Hey also.. these would be great to hop right into COB technology. I would think. I think PJ says they aren't bad  

https://www.hydrogrowled.com/Sol-4-175W-350W-LED-Grow-Light-(G4)-P159C59.aspx

About more than double the cost of the Mars, but who knows. Just wanted to give you options. But what I have is the Mars II and they seem to be working pretty decent. Can't wait to see what weeks 5-8 do!!!


----------



## Kraven

Just discussed it with wife and she has a point, till she gets back to work (governor took her job, just told her the position was being cut and she had thirty days....this was a 20 year job. It's part of the gov's plan to reduce state spending so they cut her salary) it's probably not a good thing to spend since things are tight.. but after she gets back to work she said get two just for having to wait...lol.


----------



## Kraven

Thanks Doc, thats my next move is to LED and I may go with the Hygro since i was looking at them last week with Pj.


----------



## Dr. Green Fang

Awww, bummer on that job thing  

Yeah I was looking at a Sol myself for a minute there, for my 2x2 experimental space. Definitely a great light it seems :aok:


----------



## Kraven

Yea it was a kick in the pants, we had reached a point in our lives we were doing ok, just bought a house, got her a new car. two months later she looses the only job I have ever known her to have....shook her to the core, and now we are limping by on what I make which is good, just not having the play money sucks. But once she gets back to work, things will all be good brother.


----------



## MR1

Don't care too much for the heat neither but 80 is nice. 



HighBrixMMJ said:


> I guess you don't wanna hear about how it's been in the mid to upper 80's here huh? Lol. Heading to the French quarter fest. It's a beautiful day for good food and music! I love festival season!


----------



## Dr. Green Fang

Kravenhead said:


> Yea it was a kick in the pants, we had reached a point in our lives we were doing ok, just bought a house, got her a new car. two months later she looses the only job I have ever known her to have....shook her to the core, and now we are limping by on what I make which is good, just not having the play money sucks. But once she gets back to work, things will all be good brother.
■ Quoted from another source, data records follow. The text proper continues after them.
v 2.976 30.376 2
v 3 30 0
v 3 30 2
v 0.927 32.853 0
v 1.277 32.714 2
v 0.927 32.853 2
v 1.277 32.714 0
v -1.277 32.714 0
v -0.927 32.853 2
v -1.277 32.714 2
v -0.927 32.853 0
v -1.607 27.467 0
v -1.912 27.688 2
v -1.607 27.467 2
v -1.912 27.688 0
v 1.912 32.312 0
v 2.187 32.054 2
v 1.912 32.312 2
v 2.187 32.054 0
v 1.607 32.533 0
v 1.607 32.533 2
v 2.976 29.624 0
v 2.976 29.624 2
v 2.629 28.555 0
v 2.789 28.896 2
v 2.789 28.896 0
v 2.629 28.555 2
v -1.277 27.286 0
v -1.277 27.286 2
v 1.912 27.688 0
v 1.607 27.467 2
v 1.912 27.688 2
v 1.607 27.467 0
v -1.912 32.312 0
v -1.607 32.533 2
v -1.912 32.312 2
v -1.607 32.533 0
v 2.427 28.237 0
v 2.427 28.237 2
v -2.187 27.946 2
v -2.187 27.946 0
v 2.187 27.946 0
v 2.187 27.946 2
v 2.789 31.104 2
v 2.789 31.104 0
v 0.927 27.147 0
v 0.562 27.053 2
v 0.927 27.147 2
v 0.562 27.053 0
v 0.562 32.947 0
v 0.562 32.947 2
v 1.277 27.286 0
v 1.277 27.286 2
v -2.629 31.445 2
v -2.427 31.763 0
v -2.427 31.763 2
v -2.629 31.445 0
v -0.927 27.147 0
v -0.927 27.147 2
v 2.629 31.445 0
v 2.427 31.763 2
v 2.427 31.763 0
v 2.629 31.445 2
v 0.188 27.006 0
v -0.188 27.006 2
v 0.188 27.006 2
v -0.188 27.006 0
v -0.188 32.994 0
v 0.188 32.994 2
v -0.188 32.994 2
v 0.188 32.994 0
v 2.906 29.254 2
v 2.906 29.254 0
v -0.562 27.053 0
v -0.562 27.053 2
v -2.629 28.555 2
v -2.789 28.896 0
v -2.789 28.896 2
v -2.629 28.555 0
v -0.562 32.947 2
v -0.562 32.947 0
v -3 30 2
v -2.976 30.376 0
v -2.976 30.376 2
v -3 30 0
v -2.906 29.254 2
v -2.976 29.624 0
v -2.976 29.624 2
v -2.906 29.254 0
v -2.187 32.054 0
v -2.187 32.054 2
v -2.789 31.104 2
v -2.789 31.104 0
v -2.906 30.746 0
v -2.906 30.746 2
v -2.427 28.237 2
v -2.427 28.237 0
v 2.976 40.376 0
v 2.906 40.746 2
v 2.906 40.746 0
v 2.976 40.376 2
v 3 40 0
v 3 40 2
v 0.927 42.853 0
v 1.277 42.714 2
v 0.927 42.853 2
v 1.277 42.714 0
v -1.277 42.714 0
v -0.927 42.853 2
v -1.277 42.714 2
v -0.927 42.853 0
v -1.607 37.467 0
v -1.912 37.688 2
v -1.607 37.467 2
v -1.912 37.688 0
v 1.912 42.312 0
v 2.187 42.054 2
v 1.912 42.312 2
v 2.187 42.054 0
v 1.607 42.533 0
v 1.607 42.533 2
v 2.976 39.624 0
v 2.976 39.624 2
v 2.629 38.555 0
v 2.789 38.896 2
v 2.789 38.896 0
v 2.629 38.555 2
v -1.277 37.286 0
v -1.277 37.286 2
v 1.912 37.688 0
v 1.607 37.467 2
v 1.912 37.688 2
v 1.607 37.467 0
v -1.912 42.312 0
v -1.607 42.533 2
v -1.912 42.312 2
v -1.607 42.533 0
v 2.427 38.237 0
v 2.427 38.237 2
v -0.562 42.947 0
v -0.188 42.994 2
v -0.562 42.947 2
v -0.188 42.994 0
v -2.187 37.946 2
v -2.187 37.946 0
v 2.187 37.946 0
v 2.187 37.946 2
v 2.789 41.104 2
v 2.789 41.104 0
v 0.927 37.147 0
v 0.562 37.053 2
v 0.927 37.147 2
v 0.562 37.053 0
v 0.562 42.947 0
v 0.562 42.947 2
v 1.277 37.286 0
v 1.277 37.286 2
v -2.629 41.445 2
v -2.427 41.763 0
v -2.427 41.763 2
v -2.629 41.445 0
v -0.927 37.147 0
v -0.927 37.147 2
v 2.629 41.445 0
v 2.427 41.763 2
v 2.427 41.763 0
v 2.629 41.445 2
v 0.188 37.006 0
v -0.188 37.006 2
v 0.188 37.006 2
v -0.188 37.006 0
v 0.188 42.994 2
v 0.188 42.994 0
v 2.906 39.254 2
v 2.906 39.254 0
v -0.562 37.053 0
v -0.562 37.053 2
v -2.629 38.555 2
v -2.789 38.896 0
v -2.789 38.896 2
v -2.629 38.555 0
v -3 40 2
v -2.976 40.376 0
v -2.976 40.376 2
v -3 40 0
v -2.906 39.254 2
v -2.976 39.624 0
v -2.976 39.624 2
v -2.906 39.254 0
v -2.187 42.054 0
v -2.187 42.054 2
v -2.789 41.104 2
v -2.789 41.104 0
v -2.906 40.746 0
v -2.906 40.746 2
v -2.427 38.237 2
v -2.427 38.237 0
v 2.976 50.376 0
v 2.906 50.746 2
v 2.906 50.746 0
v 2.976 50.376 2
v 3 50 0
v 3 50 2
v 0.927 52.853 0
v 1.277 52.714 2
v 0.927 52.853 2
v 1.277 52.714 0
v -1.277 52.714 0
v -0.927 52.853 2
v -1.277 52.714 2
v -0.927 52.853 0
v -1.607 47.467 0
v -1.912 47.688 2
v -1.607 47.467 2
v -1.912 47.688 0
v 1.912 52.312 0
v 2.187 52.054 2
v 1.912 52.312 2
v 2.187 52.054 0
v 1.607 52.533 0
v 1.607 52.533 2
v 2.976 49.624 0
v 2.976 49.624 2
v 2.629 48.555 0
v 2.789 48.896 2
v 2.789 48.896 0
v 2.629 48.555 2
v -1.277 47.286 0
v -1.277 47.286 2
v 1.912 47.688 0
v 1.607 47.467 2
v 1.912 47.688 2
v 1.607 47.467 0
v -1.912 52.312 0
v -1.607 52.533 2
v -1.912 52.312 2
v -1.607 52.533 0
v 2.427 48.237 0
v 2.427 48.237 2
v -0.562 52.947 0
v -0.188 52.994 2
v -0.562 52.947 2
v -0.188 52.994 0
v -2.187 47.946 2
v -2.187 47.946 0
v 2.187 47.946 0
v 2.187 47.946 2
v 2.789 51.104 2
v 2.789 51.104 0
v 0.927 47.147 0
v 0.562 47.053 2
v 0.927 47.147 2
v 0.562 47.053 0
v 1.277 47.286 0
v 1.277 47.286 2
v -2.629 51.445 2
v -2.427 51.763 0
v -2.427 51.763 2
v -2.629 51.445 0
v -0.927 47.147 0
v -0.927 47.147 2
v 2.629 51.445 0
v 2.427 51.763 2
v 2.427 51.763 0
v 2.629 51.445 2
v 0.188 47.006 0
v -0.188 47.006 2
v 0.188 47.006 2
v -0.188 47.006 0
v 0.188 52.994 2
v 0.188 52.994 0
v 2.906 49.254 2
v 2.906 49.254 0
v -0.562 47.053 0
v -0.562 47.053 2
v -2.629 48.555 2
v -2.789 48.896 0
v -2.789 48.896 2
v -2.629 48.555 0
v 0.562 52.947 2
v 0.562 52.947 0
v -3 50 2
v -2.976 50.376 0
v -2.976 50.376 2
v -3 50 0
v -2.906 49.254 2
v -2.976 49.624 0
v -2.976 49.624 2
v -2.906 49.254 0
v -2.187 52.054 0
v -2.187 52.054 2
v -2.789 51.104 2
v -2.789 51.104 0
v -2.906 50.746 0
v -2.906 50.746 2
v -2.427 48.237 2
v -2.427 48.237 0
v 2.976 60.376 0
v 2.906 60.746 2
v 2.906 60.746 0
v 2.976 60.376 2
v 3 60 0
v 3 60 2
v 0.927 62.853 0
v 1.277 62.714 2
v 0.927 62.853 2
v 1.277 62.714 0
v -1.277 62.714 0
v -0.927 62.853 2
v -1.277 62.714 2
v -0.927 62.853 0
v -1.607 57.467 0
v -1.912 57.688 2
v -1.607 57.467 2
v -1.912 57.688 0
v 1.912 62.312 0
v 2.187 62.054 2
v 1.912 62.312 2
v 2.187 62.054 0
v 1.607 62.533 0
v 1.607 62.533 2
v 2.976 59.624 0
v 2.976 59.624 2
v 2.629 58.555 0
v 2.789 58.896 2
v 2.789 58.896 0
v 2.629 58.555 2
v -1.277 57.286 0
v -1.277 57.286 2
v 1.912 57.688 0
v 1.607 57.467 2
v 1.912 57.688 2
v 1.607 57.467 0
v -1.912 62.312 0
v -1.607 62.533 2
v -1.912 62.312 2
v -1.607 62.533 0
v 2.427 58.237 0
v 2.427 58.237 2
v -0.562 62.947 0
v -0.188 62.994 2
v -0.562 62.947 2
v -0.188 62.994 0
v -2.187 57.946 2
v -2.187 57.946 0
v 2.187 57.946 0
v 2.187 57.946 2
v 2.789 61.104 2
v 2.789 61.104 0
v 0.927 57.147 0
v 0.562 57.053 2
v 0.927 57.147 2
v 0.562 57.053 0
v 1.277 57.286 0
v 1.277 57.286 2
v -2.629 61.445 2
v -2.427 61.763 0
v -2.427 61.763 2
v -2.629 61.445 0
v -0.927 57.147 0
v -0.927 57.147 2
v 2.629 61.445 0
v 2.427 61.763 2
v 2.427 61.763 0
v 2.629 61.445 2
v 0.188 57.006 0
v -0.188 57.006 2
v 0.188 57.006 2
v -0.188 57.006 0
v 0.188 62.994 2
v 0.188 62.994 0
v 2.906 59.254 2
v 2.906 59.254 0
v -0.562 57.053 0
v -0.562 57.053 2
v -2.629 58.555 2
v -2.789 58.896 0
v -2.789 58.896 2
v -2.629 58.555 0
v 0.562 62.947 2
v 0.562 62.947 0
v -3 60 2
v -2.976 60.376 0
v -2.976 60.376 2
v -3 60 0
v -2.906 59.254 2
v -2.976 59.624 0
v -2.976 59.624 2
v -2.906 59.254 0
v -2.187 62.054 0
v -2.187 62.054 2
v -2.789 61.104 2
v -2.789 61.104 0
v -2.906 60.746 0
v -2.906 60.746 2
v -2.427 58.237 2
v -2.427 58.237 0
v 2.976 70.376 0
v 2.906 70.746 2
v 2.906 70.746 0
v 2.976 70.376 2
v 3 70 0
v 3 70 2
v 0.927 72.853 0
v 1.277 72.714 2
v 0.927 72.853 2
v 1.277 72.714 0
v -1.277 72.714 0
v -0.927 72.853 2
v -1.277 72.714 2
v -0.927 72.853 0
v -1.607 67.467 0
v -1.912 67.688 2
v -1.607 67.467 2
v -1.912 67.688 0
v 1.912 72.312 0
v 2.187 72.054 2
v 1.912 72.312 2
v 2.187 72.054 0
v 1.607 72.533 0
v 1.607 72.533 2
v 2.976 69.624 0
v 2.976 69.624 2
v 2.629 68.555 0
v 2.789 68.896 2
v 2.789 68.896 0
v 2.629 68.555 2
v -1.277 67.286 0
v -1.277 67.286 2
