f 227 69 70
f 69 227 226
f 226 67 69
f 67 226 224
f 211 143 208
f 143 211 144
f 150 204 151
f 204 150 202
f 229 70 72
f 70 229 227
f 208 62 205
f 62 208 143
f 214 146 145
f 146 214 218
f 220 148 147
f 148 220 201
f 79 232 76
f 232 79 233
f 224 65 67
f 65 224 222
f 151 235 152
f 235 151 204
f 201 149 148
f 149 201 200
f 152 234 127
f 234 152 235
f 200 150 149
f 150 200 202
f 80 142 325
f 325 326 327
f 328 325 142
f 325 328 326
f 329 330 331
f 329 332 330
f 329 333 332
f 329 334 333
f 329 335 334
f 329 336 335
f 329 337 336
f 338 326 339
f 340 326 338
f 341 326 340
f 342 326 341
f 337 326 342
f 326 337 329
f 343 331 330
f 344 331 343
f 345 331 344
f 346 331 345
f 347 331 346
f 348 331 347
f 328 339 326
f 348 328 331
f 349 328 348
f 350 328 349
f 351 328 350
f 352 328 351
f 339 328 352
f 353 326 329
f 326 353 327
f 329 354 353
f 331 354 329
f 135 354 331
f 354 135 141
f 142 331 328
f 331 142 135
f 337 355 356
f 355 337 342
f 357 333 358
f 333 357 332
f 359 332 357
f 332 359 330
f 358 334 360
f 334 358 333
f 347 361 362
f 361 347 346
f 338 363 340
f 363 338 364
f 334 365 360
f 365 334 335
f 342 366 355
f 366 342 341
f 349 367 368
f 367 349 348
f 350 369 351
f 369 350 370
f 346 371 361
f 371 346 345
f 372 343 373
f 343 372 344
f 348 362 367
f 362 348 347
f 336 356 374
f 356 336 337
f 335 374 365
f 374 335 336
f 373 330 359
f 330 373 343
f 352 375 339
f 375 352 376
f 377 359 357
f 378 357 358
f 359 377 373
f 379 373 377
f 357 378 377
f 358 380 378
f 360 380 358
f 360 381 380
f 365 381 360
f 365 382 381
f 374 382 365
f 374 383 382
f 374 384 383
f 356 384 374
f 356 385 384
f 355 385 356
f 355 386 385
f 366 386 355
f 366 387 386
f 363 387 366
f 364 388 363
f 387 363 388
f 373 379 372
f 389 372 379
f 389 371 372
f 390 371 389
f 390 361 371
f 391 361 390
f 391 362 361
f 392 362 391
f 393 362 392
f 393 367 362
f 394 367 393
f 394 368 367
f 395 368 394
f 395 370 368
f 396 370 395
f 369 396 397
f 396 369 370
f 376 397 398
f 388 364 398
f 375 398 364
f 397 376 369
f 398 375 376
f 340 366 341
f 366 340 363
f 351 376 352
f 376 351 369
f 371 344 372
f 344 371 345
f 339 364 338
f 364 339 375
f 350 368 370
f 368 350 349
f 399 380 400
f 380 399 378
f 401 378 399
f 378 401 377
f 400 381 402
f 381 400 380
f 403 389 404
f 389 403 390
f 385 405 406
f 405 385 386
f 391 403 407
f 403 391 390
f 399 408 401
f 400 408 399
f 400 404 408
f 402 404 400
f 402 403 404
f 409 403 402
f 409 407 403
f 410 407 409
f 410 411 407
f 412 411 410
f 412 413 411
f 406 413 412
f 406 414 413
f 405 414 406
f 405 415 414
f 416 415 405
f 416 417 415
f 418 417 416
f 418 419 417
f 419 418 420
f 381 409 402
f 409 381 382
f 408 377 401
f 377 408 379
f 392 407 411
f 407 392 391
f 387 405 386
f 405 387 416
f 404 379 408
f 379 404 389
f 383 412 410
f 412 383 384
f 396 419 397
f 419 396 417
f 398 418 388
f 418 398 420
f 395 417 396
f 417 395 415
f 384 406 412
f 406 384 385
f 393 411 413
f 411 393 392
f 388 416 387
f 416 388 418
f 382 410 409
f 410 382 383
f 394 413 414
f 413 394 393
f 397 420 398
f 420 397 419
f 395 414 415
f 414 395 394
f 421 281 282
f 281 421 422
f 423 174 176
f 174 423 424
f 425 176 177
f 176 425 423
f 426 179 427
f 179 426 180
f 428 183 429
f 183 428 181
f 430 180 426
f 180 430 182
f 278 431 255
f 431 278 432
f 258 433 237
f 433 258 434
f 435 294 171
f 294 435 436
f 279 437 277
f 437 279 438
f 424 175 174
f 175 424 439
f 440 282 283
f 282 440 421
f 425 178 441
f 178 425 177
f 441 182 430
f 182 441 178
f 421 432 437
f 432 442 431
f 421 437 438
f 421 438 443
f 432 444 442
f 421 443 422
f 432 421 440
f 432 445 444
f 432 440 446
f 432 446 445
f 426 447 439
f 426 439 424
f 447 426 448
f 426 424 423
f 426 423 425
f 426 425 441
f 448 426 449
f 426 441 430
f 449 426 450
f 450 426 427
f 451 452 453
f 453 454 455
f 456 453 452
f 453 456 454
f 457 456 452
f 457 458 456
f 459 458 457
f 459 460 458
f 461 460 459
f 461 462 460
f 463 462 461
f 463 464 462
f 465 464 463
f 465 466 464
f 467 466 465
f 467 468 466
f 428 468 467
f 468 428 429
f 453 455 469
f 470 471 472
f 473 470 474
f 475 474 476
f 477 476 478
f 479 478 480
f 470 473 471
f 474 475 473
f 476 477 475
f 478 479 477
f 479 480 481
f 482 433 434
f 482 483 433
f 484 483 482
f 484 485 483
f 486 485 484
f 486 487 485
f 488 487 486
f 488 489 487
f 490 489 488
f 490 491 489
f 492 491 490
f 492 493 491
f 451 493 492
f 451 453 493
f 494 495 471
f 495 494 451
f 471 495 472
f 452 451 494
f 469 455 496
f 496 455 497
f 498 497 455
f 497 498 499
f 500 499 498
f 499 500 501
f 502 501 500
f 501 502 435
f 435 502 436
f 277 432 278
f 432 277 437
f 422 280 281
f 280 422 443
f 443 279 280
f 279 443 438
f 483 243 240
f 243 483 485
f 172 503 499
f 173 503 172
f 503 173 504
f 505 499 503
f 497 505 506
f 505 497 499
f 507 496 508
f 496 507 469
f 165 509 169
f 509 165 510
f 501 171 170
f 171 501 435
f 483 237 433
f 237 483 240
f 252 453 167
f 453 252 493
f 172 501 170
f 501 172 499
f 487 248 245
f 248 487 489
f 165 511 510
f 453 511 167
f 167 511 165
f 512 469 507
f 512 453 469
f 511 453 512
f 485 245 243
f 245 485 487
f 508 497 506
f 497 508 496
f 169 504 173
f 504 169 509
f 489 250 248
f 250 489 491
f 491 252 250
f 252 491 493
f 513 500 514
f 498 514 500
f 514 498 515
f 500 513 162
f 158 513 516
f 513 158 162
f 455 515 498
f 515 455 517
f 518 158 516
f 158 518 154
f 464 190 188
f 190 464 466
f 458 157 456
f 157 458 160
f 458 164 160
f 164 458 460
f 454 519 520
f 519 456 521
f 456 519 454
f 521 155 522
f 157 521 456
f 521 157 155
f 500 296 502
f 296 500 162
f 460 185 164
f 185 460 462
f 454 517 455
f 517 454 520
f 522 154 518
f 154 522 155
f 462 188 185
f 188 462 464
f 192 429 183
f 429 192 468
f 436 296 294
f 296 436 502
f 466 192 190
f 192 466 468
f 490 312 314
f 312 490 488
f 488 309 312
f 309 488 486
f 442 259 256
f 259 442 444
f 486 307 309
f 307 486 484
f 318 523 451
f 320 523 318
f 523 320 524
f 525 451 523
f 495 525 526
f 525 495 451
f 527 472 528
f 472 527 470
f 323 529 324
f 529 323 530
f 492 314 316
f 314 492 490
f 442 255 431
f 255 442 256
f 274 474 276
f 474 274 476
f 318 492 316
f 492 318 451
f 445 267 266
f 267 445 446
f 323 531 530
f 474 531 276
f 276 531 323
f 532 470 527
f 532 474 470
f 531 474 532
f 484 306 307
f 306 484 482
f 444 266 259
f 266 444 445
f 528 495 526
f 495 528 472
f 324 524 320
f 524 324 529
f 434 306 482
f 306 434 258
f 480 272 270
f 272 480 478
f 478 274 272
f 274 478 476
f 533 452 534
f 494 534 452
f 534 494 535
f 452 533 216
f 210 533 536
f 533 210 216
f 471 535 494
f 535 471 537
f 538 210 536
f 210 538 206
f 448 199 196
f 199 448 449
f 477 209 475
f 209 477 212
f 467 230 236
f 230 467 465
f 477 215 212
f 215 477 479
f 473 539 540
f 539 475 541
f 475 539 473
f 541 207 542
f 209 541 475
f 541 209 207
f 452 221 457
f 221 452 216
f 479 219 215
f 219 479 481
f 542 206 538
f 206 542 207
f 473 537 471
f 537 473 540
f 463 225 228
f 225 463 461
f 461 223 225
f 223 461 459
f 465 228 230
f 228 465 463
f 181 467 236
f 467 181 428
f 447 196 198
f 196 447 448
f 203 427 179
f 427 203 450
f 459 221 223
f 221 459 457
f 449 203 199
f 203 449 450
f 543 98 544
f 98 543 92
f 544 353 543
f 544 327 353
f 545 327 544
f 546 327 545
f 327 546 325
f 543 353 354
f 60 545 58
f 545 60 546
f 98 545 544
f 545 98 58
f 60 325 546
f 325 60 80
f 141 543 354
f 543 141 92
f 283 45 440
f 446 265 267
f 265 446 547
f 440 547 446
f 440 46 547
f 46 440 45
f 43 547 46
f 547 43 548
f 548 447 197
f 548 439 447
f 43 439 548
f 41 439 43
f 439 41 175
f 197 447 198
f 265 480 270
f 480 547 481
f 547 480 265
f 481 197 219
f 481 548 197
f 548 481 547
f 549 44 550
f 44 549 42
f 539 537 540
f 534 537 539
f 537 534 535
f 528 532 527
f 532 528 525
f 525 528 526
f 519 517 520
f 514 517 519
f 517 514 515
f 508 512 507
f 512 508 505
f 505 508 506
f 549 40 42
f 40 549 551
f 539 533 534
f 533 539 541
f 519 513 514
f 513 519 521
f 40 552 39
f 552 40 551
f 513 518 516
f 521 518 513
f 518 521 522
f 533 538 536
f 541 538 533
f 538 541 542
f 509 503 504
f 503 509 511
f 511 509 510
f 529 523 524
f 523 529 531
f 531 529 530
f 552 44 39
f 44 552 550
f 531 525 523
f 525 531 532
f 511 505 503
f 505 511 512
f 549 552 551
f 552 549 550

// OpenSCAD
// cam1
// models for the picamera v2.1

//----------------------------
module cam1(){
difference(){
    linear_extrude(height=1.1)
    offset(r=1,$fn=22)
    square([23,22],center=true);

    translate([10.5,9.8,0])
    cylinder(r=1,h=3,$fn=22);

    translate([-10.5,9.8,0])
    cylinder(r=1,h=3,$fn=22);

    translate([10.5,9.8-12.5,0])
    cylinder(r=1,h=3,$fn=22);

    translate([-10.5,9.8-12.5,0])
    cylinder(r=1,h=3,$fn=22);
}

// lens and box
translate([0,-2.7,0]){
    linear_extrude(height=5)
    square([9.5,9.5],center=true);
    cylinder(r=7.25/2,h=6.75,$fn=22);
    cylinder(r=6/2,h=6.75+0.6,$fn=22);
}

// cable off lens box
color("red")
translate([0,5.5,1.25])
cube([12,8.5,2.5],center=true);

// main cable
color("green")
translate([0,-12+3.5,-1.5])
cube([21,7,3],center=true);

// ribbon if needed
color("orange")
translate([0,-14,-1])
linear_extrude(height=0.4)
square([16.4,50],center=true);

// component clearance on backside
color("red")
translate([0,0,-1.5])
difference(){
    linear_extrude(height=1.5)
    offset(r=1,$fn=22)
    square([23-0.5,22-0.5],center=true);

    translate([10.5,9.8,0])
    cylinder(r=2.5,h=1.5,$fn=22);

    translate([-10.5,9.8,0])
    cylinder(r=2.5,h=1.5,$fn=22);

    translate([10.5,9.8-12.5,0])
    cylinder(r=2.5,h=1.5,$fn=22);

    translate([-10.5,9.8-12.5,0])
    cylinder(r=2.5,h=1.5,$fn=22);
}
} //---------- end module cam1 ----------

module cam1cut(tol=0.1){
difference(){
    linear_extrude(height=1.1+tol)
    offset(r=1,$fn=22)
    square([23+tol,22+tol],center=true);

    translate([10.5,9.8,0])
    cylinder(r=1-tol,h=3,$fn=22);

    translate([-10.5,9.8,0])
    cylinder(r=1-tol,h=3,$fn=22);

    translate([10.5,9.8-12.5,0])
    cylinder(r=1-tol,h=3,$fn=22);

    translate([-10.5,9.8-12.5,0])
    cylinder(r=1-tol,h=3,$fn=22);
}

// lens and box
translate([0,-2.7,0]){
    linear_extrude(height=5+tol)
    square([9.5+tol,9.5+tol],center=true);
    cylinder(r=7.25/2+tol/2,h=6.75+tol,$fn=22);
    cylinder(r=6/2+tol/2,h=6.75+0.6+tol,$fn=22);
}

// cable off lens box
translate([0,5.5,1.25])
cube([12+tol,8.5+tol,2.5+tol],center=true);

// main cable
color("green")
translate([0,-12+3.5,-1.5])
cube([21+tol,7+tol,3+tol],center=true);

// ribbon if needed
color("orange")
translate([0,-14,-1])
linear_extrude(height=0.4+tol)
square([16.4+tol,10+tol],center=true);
Can't wait for you man :aok: 



MR1 said:


> Don't care too much for the heat neither but 80 is nice.



Yeah, it doesn't create colds like this one I have.. blah! 



Ok, for an update. 

Tonight I drained the veg station out as I noticed it spiking down in ph  massively over 24 hour period. I mixed up a new batch of solution. 10 gallons mixed to 650 ppm's and 5.8 PH. 
Also I've noticed over the last 4 days that my C99 bins in Tent #2 had too been spiking down from 5.8ph to 5.5ph. Well, tonight when I checked they had hit 5.4 ph after I had reset to 5.8 last night. Since they were 1200 ppms, I figured I would pump out 2.5 gal of solution.. throw it away... and add back 650 ppm's of base nutes only and 10ml of cal mag, ph'd at 6.0 (to combat the 5.4 stuff left in the tubs). The two tubs ended up coming to 5.8 ph after the 2.5 gal add backs. 
Tent #1 was holding solid at 5.7-6.0 between the 4 bins of C99. Two of the 5.7 bins were given 1ml of ph up and set back to 5.8 for the night. 

There's my update. Nothing interesting to look at, but some stuff to read (and me to keep track!)


----------



## Dr. Green Fang

And to update again.. I've ground up 1g of Pineapple Express and am decarbing at 270° for 30 minutes, then going to sprinkle on some toast. It's that kind of Saturday night!  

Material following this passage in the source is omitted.